Grégory Darcy, directeur développement durable du Groupe Chantelle.
« L’éco-conception, dans notre filière, est la problématique fondamentale », rappelle Grégory Darcy,
directeur développement durable du Groupe Chantelle, durant la conférence « Tendances
prospectives RSE : les défis 2030 de la filière lingerie ». « Lorsque l’on construit un
soutien-gorge, on construit avec différentes fournitures, différentes matières, du plastique, du
métal, du synthétique, parfois des fibres naturelles, et sur ces sujets-là, on a encore énormément
de choses à faire. (...) Aujourd’hui il faut travailler en filière. On ne peut plus travailler en
silo, on a besoin de travailler tous ensemble pour trouver des solutions puisque même si on imagine
avoir des filières qui nous permettent de récupérer les produits en fin de vie, aujourd’hui la
lingerie finit à l’incinération. » L'expert a aussi évoqué l’objectif de faire revenir les fibres, notant au passage que malgré une fabrication française, une large part des teintures des fibres de la lingerie vient d’Asie.
La communication sur le sujet est et sera progressivement
soumise à plus de réglementations, tant au niveau national qu’européen
(Loi Agec, Loi Climat et Résilience). Les pouvoirs publics visent actuellement
la transparence de l’information au consommateur et s'attaquent au problème
du greenwashing. La Fédération de la Maille, de la Lingerie & du Balnéaire a participé à la
révision du Guide pratique des Allégations environnementales à
l’usage des professionnels , dont la publication est attendue très prochainement
par le Conseil National de la Consommation. Ce document mentionnera notamment
les nouveaux interdits des allégations sur les produits dont notamment toute autre
allégation environnementale équivalente à « respectueux de l'environnement. »
Lors de la conférence, Sterenn Lerède, chargée de projets développement durable à la Fédération de la Maille, de la Lingerie & du Balnéaire, encourage les marques à démarrer une meilleure traçabilité de leurs produits. « Les labels peuvent vous aider », déclare-t-elle avant de rappeler que la fédération est aussi là pour accompagner les entreprises dans le choix de solutions privées pour tracer les produits et définir un cahier des charges propre à chaque société.

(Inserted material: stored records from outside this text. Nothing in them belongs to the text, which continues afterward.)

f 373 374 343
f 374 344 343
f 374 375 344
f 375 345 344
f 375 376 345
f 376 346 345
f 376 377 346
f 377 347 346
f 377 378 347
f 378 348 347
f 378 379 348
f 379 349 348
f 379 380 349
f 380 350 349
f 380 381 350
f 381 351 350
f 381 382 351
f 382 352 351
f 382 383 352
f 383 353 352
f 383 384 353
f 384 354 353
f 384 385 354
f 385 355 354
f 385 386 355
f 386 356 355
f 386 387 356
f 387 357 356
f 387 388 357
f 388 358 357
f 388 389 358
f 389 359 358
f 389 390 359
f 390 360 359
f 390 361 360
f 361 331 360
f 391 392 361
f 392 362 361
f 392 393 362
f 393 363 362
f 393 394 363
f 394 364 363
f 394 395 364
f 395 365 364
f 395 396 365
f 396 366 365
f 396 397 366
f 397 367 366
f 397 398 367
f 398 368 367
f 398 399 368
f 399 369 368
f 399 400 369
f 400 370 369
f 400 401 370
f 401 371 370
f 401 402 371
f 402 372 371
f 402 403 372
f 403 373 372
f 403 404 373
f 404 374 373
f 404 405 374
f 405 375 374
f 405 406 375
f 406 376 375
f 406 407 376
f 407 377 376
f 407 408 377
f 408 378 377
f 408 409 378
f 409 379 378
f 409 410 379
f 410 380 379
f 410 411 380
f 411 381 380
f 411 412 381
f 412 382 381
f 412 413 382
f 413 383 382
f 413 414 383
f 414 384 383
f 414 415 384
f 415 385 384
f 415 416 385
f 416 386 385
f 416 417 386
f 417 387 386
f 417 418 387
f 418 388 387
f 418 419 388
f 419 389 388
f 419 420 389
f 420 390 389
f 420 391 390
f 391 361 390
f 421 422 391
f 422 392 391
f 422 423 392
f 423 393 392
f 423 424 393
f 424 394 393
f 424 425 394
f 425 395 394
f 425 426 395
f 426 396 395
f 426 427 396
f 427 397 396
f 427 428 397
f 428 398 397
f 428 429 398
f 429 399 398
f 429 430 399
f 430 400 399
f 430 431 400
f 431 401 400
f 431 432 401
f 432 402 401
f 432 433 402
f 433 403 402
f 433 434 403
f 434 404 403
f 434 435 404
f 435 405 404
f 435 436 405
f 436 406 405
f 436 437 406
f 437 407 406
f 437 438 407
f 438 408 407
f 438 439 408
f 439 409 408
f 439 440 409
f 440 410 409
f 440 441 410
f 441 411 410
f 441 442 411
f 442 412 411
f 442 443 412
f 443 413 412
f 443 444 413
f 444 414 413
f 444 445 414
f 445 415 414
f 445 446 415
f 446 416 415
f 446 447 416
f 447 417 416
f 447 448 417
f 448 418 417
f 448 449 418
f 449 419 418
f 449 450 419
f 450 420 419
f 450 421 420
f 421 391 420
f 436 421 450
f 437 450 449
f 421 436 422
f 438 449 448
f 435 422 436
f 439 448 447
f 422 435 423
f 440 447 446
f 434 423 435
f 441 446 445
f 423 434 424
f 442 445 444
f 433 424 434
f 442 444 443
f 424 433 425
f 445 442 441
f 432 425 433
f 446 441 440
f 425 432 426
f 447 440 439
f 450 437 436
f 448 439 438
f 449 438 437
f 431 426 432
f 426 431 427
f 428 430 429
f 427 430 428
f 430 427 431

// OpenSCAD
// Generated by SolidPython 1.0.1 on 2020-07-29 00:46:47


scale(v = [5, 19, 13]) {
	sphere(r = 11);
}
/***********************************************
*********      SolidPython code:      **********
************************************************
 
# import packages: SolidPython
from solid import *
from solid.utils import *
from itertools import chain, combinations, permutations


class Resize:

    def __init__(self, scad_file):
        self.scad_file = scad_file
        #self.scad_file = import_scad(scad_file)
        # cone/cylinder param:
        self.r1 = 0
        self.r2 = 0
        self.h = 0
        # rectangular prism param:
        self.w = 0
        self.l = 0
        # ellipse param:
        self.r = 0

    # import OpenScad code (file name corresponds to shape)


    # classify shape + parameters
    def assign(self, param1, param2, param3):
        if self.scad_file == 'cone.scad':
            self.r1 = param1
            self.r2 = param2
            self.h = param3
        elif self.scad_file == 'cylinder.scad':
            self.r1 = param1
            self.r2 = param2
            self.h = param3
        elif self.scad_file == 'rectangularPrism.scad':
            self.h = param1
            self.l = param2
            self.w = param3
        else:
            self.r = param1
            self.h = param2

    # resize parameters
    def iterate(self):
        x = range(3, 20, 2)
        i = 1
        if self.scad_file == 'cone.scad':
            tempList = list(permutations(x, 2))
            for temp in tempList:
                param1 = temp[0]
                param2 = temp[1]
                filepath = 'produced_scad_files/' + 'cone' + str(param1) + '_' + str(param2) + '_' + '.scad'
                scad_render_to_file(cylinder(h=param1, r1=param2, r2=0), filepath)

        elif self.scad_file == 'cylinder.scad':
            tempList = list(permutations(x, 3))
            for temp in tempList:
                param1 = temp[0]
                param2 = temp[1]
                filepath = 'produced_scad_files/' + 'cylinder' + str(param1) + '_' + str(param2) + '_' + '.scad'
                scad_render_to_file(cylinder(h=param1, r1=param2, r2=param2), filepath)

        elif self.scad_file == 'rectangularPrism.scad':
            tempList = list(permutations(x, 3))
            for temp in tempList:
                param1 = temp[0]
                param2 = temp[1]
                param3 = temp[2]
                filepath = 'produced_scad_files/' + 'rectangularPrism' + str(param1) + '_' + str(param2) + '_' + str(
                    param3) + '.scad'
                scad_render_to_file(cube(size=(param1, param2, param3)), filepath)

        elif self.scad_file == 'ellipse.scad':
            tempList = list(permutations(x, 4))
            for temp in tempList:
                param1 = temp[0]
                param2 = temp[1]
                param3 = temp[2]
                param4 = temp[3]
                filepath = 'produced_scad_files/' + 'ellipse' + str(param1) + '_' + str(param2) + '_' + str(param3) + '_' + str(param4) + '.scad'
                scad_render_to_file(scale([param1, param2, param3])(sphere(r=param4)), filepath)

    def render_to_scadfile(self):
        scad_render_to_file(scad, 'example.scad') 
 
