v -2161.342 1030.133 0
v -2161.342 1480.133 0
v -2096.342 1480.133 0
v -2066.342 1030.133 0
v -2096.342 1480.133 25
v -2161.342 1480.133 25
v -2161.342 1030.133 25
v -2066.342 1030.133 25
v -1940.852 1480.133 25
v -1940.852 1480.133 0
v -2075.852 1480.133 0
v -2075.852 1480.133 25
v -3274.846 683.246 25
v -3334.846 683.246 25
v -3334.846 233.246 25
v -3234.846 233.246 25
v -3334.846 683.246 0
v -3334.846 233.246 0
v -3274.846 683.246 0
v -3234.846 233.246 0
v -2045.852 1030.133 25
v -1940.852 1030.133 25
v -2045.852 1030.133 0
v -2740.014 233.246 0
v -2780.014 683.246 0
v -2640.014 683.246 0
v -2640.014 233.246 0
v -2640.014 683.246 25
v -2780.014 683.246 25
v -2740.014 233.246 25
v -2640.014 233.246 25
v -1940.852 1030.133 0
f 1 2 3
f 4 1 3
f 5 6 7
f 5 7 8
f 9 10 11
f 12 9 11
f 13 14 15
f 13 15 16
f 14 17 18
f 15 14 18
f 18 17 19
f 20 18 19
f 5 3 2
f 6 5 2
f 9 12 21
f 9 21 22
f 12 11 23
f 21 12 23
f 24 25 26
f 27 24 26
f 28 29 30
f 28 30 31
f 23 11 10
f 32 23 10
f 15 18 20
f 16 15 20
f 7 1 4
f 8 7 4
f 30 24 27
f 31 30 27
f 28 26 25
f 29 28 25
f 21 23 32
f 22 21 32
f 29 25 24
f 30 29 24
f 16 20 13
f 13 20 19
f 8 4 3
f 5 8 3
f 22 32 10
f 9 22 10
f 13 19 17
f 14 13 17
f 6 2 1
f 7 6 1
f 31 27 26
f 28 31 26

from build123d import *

# Parameters (mm, degrees)
F1_DEPTH = 25
F3_DEPTH = 25


with BuildPart() as f1:
    # F0 (on Top) → F1 (new body)
    with BuildSketch(Plane.XY):
        Polygon((-2096.341906, 1480.133367), (-2161.341906, 1480.133367), (-2161.341906, 1030.133367), (-2066.341906, 1030.133367), align=None)
        Polygon((-1940.851974, 1480.133414), (-2075.851974, 1480.133414), (-2045.851974, 1030.133414), (-1940.851974, 1030.133414), align=None)
    extrude(amount=F1_DEPTH)


with BuildPart() as f3:
    # F2 (on Top) → F3 (new body)
    with BuildSketch(Plane.XY):
        Polygon((-2640.013981, 683.245656), (-2780.013981, 683.245656), (-2740.013981, 233.245656), (-2640.013981, 233.245656), align=None)
        Polygon((-3234.846497, 233.245656), (-3274.846497, 683.245656), (-3334.846497, 683.245656), (-3334.846497, 233.245656), align=None)
    extrude(amount=F3_DEPTH)


solid = Compound([f1.part, f3.part])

La lingerie, modèle d'inclusivité
Parce qu’il conçoit des vêtements qui embrassent pleinement le corps, le secteur des sous-vêtements a été prescripteur sur la question du body positivisme – mouvement en faveur de l'acceptation et l'appréciation de tous les corps humains. Et ses acteurs entendent bien continuer à montrer l’exemple.
Défilé lors du Salon International de la Lingerie janvier 2023. Crédit : WSN
En arpentant les allées du salon, il n’était pas rare de tomber sur des mannequins en petites tenues, à l’aise aux côtés des visiteurs en vêtements d’hiver. Entre les stands, une jeune femme aux courbes XXL se promenait vêtue d'un simple string et d'un soutien-gorge à laçages sans que cela ne fasse sourciller personne. Un peu plus tard, les mannequins qui défilaient lors des shows organisés par le salon avaient, comme tout le monde, de la cellulite. Alors que les Fashion Weeks ne parviennent pas à coller à la réalité de la diversité des corps, ici la variété des morphologies apparaît comme une évidence. Des efforts restent à faire, mais dans l’ensemble, il est clair que la lingerie a un temps d’avance sur la mode en termes de représentation des corps.
Lundi, Dinah Sultan, trend forecaster et designer et Estelle Mysliwiak, consultante stratégique, ont insisté sur l’importance de la représentation des corps lors d’une conférence intitulée « Tendances Hiver 23-24 par Peclers Paris ». Les expertes ont mentionné plusieurs marques qui montrent la voie. Parmi elles : Les Girls les boys, Knix, Boys smells, Cantiq et Lou manesse. Il ne reste plus qu'à prendre exemple.